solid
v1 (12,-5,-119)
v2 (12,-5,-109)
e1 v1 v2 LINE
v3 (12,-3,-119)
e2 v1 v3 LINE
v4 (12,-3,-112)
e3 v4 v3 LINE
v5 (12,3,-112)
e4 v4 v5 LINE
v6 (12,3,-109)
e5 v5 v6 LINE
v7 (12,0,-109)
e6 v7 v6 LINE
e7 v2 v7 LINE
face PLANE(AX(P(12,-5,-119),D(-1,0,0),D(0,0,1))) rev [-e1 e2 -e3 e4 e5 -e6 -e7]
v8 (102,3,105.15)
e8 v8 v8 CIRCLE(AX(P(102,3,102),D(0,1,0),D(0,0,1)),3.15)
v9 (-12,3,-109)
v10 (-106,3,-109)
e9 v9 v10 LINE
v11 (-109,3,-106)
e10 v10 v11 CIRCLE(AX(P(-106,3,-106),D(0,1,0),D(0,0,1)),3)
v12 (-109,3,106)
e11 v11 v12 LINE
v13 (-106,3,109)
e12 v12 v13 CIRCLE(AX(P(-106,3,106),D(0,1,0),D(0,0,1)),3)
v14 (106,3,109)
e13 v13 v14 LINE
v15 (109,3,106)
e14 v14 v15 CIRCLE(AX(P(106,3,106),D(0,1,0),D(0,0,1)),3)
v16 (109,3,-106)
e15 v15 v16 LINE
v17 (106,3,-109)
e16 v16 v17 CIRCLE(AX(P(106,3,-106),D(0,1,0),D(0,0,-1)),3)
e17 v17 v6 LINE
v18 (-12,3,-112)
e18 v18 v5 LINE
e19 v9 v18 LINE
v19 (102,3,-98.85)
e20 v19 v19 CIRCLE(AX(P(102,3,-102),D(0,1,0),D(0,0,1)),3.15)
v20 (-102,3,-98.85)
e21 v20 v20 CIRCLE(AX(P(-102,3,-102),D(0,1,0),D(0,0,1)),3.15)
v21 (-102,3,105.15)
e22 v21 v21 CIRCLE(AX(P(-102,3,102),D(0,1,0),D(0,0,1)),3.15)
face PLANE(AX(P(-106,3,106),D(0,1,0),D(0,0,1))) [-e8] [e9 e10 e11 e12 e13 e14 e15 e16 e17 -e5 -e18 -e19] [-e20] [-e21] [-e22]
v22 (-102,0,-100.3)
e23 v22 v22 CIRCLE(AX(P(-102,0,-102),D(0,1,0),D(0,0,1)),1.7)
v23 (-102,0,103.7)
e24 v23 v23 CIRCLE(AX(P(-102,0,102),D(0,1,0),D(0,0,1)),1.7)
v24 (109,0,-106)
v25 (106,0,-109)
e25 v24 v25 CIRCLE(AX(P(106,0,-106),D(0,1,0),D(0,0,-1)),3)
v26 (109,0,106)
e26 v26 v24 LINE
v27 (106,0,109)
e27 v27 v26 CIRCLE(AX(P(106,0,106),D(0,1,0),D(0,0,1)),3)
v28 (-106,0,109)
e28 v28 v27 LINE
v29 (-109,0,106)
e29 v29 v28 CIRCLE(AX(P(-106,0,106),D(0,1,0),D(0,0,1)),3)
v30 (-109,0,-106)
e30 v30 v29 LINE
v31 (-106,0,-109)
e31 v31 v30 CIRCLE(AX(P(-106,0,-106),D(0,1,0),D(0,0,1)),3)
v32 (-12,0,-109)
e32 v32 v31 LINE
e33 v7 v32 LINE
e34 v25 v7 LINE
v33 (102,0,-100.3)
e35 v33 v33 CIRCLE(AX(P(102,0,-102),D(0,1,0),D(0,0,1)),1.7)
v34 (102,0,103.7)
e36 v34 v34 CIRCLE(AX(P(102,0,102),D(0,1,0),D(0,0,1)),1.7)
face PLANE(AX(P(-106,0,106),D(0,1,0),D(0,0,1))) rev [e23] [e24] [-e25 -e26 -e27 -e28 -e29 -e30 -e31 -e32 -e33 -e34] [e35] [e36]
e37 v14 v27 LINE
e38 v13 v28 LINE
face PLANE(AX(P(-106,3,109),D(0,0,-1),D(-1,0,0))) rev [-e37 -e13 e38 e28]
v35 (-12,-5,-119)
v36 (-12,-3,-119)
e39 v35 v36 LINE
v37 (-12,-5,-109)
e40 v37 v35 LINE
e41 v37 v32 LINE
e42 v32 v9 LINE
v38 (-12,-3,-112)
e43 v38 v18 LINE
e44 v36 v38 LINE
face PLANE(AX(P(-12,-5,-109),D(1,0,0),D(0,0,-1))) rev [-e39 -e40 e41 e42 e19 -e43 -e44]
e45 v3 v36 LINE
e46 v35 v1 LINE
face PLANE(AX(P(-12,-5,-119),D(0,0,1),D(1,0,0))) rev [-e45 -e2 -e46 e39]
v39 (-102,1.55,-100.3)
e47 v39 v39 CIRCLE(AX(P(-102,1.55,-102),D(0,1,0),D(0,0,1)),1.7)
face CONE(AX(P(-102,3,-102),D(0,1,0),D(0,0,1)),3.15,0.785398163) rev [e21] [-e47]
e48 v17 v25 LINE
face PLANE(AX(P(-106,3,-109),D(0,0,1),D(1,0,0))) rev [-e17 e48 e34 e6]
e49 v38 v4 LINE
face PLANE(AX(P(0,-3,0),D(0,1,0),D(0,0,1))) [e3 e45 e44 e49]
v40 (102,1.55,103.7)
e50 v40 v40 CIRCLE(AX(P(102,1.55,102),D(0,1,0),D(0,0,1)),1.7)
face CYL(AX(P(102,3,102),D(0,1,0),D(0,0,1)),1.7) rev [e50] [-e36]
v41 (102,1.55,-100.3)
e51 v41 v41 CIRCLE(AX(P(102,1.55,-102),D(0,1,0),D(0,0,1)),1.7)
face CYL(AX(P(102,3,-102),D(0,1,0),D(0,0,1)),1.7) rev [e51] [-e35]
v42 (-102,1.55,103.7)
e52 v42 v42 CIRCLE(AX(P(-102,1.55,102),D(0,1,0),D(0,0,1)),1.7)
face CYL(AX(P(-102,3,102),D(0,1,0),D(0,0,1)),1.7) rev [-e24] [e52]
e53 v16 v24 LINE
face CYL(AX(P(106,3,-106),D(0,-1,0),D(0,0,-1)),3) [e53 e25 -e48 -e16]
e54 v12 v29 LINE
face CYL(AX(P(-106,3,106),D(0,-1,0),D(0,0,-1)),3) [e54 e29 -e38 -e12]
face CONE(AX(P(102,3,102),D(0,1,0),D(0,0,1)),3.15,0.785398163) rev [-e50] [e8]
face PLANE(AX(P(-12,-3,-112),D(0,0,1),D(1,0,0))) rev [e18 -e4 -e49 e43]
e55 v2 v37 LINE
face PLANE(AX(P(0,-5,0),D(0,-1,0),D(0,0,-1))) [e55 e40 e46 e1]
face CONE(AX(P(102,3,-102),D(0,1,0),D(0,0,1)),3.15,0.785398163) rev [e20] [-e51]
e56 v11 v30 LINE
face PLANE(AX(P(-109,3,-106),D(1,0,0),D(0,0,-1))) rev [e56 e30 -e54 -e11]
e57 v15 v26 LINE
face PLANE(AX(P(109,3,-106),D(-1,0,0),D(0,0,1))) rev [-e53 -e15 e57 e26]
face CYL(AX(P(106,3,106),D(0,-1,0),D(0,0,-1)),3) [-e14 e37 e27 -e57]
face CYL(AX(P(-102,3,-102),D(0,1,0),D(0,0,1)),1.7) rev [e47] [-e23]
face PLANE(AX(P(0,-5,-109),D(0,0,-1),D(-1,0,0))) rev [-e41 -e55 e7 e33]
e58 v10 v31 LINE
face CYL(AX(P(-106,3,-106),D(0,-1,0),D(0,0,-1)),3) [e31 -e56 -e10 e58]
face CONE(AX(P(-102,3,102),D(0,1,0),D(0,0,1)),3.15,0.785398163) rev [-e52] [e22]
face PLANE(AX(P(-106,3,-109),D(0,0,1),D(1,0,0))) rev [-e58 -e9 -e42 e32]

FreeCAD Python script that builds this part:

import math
import FreeCAD as App
import Part
import Sketcher

V = App.Vector
Q = App.Units.Quantity


def add_polygon(sketch, points):
    """Adds a closed chain of lines whose ends are joined by coincident constraints."""
    first, n = sketch.GeometryCount, len(points)
    for a, b in zip(points, points[1:] + points[:1]):
        sketch.addGeometry(Part.LineSegment(App.Vector(*a, 0), App.Vector(*b, 0)), False)
    for i in range(n):
        sketch.addConstraint(Sketcher.Constraint("Coincident", first + i, 2, first + (i + 1) % n, 1))

doc = App.newDocument("Part")
body = doc.addObject("PartDesign::Body", "Body")

# Sketch on XZ plane
sketch1 = body.newObject("Sketcher::SketchObject", "Sketch")
sketch1.AttachmentSupport = (doc.getObject("XZ_Plane"), [""])
sketch1.MapMode = "FlatFace"
sketch1.addGeometry(Part.LineSegment(V(106, -109, 0), V(-106, -109, 0)), False)
sketch1.addGeometry(Part.ArcOfCircle(Part.Circle(V(-106, -106, 0), V(0, 0, 1), 3), math.radians(180), math.radians(270)), False)
sketch1.addGeometry(Part.LineSegment(V(-109, -106, 0), V(-109, 106, 0)), False)
sketch1.addGeometry(Part.ArcOfCircle(Part.Circle(V(-106, 106, 0), V(0, 0, 1), 3), math.radians(90), math.radians(180)), False)
sketch1.addGeometry(Part.LineSegment(V(-106, 109, 0), V(106, 109, 0)), False)
sketch1.addGeometry(Part.ArcOfCircle(Part.Circle(V(106, 106, 0), V(0, 0, 1), 3), math.radians(0), math.radians(90)), False)
sketch1.addGeometry(Part.LineSegment(V(109, 106, 0), V(109, -106, 0)), False)
sketch1.addGeometry(Part.ArcOfCircle(Part.Circle(V(106, -106, 0), V(0, 0, 1), 3), math.radians(-90), math.radians(0)), False)
sketch1.addConstraint(Sketcher.Constraint("Tangent", 0, 2, 1, 2))
sketch1.addConstraint(Sketcher.Constraint("Tangent", 1, 1, 2, 1))
sketch1.addConstraint(Sketcher.Constraint("Tangent", 2, 2, 3, 2))
sketch1.addConstraint(Sketcher.Constraint("Tangent", 3, 1, 4, 1))
sketch1.addConstraint(Sketcher.Constraint("Tangent", 4, 2, 5, 2))
sketch1.addConstraint(Sketcher.Constraint("Tangent", 5, 1, 6, 1))
sketch1.addConstraint(Sketcher.Constraint("Tangent", 6, 2, 7, 2))
sketch1.addConstraint(Sketcher.Constraint("Tangent", 7, 1, 0, 1))
sketch1.addConstraint(Sketcher.Constraint("Horizontal", 0))
sketch1.addConstraint(Sketcher.Constraint("Vertical", 2))
sketch1.addConstraint(Sketcher.Constraint("Horizontal", 4))
sketch1.addConstraint(Sketcher.Constraint("Vertical", 6))
sketch1.addConstraint(Sketcher.Constraint("Equal", 1, 3))
sketch1.addConstraint(Sketcher.Constraint("Equal", 3, 5))
sketch1.addConstraint(Sketcher.Constraint("Equal", 5, 7))
sketch1.addConstraint(Sketcher.Constraint("Symmetric", 1, 3, 5, 3, -1, 1))
sketch1.addConstraint(Sketcher.Constraint("Equal", 4, 2))
sketch1.addConstraint(Sketcher.Constraint("Radius", 1, 3.0))
sketch1.addConstraint(Sketcher.Constraint("DistanceX", 0, 2, 0, 1, 212.0))
pad1 = body.newObject("PartDesign::Pad", "Pad")
pad1.Profile = sketch1
pad1.Length = 3
pad1.Reversed = True

# Sketch on YZ plane
sketch2 = body.newObject("Sketcher::SketchObject", "Sketch001")
sketch2.AttachmentSupport = (doc.getObject("YZ_Plane"), [""])
sketch2.MapMode = "FlatFace"
sketch2.AttachmentOffset = App.Placement(V(0, 0, -102), App.Rotation())
add_polygon(sketch2, [(0, -102), (3, -102), (3, -98.8), (1.6, -100.3), (0, -100.3)])  # lines 0-4
sketch2.addGeometry(Part.LineSegment(V(3, -102, 0), V(0, -102, 0)), True)  # axis
sketch2.addConstraint(Sketcher.Constraint("Horizontal", 0))
sketch2.addConstraint(Sketcher.Constraint("Vertical", 1))
sketch2.addConstraint(Sketcher.Constraint("Horizontal", 3))
sketch2.addConstraint(Sketcher.Constraint("Vertical", 4))
sketch2.addConstraint(Sketcher.Constraint("Horizontal", 5))
sketch2.addConstraint(Sketcher.Constraint("Coincident", 5, 1, 0, 2))
sketch2.addConstraint(Sketcher.Constraint("PointOnObject", 3, 2, -2))
sketch2.addConstraint(Sketcher.Constraint("PointOnObject", 5, 2, -2))
sketch2.addConstraint(Sketcher.Constraint("DistanceX", 0, 1, 0, 2, 3.0))
sketch2.addConstraint(Sketcher.Constraint("Angle", 2, Q("-135 deg")))
sketch2.addConstraint(Sketcher.Constraint("DistanceY", 4, 2, 4, 1, 1.7))
sketch2.addConstraint(Sketcher.Constraint("DistanceY", 0, 2, -1, 1, 102.0))
sketch2.addConstraint(Sketcher.Constraint("DistanceX", 3, 2, 3, 1, 1.55))
groove = body.newObject("PartDesign::Groove", "Groove")
groove.Profile = sketch2
groove.ReferenceAxis = (sketch2, ["Axis0"])
groove.Angle = 360
doc.recompute()

linearpattern = body.newObject("PartDesign::LinearPattern", "LinearPattern")
linearpattern.Originals = [groove]
linearpattern.Direction = (doc.getObject("Z_Axis"), [""])
linearpattern.Mode = "offset"
linearpattern.Offset = 204
linearpattern.Occurrences = 2
body.Tip = linearpattern
doc.recompute()

datumline = body.newObject("PartDesign::Line", "DatumLine")
datumline.Placement = App.Placement(V(0, 0, 0), App.Rotation(V(0, 0, 1), V(0.707106781, 0, 0.707106781)))
linearpattern2 = body.newObject("PartDesign::LinearPattern", "LinearPattern001")
linearpattern2.Originals = [groove]
linearpattern2.Direction = (datumline, [""])
linearpattern2.Mode = "offset"
linearpattern2.Offset = 288.499567
linearpattern2.Occurrences = 2
body.Tip = linearpattern2
doc.recompute()

linearpattern3 = body.newObject("PartDesign::LinearPattern", "LinearPattern002")
linearpattern3.Originals = [groove]
linearpattern3.Direction = (doc.getObject("X_Axis"), [""])
linearpattern3.Mode = "offset"
linearpattern3.Offset = 204
linearpattern3.Occurrences = 2
body.Tip = linearpattern3

# Sketch on XZ plane
sketch3 = body.newObject("Sketcher::SketchObject", "Sketch002")
sketch3.AttachmentSupport = (doc.getObject("XZ_Plane"), [""])
sketch3.MapMode = "FlatFace"
sketch3.AttachmentOffset = App.Placement(V(0, 0, -3), App.Rotation())
add_polygon(sketch3, [(-12, -109), (-12, -119), (12, -119), (12, -109)])  # lines 0-3
sketch3.addConstraint(Sketcher.Constraint("Vertical", 0))
sketch3.addConstraint(Sketcher.Constraint("Horizontal", 1))
sketch3.addConstraint(Sketcher.Constraint("Vertical", 2))
sketch3.addConstraint(Sketcher.Constraint("Horizontal", 3))
sketch3.addConstraint(Sketcher.Constraint("DistanceX", 1, 1, 1, 2, 24.0))
sketch3.addConstraint(Sketcher.Constraint("DistanceY", 0, 2, 0, 1, 10.0))
sketch3.addConstraint(Sketcher.Constraint("DistanceX", 0, 2, -1, 1, 12.0))
sketch3.addConstraint(Sketcher.Constraint("DistanceY", 0, 2, -1, 1, 119.0))
pad2 = body.newObject("PartDesign::Pad", "Pad001")
pad2.Profile = sketch3
pad2.Length = 8

# Sketch on XZ plane
sketch4 = body.newObject("Sketcher::SketchObject", "Sketch003")
sketch4.AttachmentSupport = (doc.getObject("XZ_Plane"), [""])
sketch4.MapMode = "FlatFace"
sketch4.AttachmentOffset = App.Placement(V(0, 0, -3), App.Rotation())
add_polygon(sketch4, [(-12, -119), (-12, -112), (12, -112), (12, -119)])  # lines 0-3
sketch4.addConstraint(Sketcher.Constraint("Vertical", 0))
sketch4.addConstraint(Sketcher.Constraint("Horizontal", 1))
sketch4.addConstraint(Sketcher.Constraint("Vertical", 2))
sketch4.addConstraint(Sketcher.Constraint("Horizontal", 3))
sketch4.addConstraint(Sketcher.Constraint("DistanceX", 1, 1, 1, 2, 24.0))
sketch4.addConstraint(Sketcher.Constraint("DistanceY", 0, 1, 0, 2, 7.0))
sketch4.addConstraint(Sketcher.Constraint("DistanceX", 0, 2, -1, 1, 12.0))
sketch4.addConstraint(Sketcher.Constraint("DistanceY", 0, 2, -1, 1, 112.0))
pocket1 = body.newObject("PartDesign::Pocket", "Pocket")
pocket1.Profile = sketch4
pocket1.Length = 6
pocket1.Reversed = True

doc.recompute()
+-------+
» **GOAL OF THE EXERCISE**:
Would you print, exactly as written, every line above from the one holding "e16 v16 v17" through the one holding "e50 v40 v40", with both included and no other lines?

» **THE ANSWER**:
e16 v16 v17 CIRCLE(AX(P(106,3,-106),D(0,1,0),D(0,0,-1)),3)
e17 v17 v6 LINE
v18 (-12,3,-112)
e18 v18 v5 LINE
e19 v9 v18 LINE
v19 (102,3,-98.85)
e20 v19 v19 CIRCLE(AX(P(102,3,-102),D(0,1,0),D(0,0,1)),3.15)
v20 (-102,3,-98.85)
e21 v20 v20 CIRCLE(AX(P(-102,3,-102),D(0,1,0),D(0,0,1)),3.15)
v21 (-102,3,105.15)
e22 v21 v21 CIRCLE(AX(P(-102,3,102),D(0,1,0),D(0,0,1)),3.15)
face PLANE(AX(P(-106,3,106),D(0,1,0),D(0,0,1))) [-e8] [e9 e10 e11 e12 e13 e14 e15 e16 e17 -e5 -e18 -e19] [-e20] [-e21] [-e22]
v22 (-102,0,-100.3)
e23 v22 v22 CIRCLE(AX(P(-102,0,-102),D(0,1,0),D(0,0,1)),1.7)
v23 (-102,0,103.7)
e24 v23 v23 CIRCLE(AX(P(-102,0,102),D(0,1,0),D(0,0,1)),1.7)
v24 (109,0,-106)
v25 (106,0,-109)
e25 v24 v25 CIRCLE(AX(P(106,0,-106),D(0,1,0),D(0,0,-1)),3)
v26 (109,0,106)
e26 v26 v24 LINE
v27 (106,0,109)
e27 v27 v26 CIRCLE(AX(P(106,0,106),D(0,1,0),D(0,0,1)),3)
v28 (-106,0,109)
e28 v28 v27 LINE
v29 (-109,0,106)
e29 v29 v28 CIRCLE(AX(P(-106,0,106),D(0,1,0),D(0,0,1)),3)
v30 (-109,0,-106)
e30 v30 v29 LINE
v31 (-106,0,-109)
e31 v31 v30 CIRCLE(AX(P(-106,0,-106),D(0,1,0),D(0,0,1)),3)
v32 (-12,0,-109)
e32 v32 v31 LINE
e33 v7 v32 LINE
e34 v25 v7 LINE
v33 (102,0,-100.3)
e35 v33 v33 CIRCLE(AX(P(102,0,-102),D(0,1,0),D(0,0,1)),1.7)
v34 (102,0,103.7)
e36 v34 v34 CIRCLE(AX(P(102,0,102),D(0,1,0),D(0,0,1)),1.7)
face PLANE(AX(P(-106,0,106),D(0,1,0),D(0,0,1))) rev [e23] [e24] [-e25 -e26 -e27 -e28 -e29 -e30 -e31 -e32 -e33 -e34] [e35] [e36]
e37 v14 v27 LINE
e38 v13 v28 LINE
face PLANE(AX(P(-106,3,109),D(0,0,-1),D(-1,0,0))) rev [-e37 -e13 e38 e28]
v35 (-12,-5,-119)
v36 (-12,-3,-119)
e39 v35 v36 LINE
v37 (-12,-5,-109)
e40 v37 v35 LINE
e41 v37 v32 LINE
e42 v32 v9 LINE
v38 (-12,-3,-112)
e43 v38 v18 LINE
e44 v36 v38 LINE
face PLANE(AX(P(-12,-5,-109),D(1,0,0),D(0,0,-1))) rev [-e39 -e40 e41 e42 e19 -e43 -e44]
e45 v3 v36 LINE
e46 v35 v1 LINE
face PLANE(AX(P(-12,-5,-119),D(0,0,1),D(1,0,0))) rev [-e45 -e2 -e46 e39]
v39 (-102,1.55,-100.3)
e47 v39 v39 CIRCLE(AX(P(-102,1.55,-102),D(0,1,0),D(0,0,1)),1.7)
face CONE(AX(P(-102,3,-102),D(0,1,0),D(0,0,1)),3.15,0.785398163) rev [e21] [-e47]
e48 v17 v25 LINE
face PLANE(AX(P(-106,3,-109),D(0,0,1),D(1,0,0))) rev [-e17 e48 e34 e6]
e49 v38 v4 LINE
face PLANE(AX(P(0,-3,0),D(0,1,0),D(0,0,1))) [e3 e45 e44 e49]
v40 (102,1.55,103.7)
e50 v40 v40 CIRCLE(AX(P(102,1.55,102),D(0,1,0),D(0,0,1)),1.7)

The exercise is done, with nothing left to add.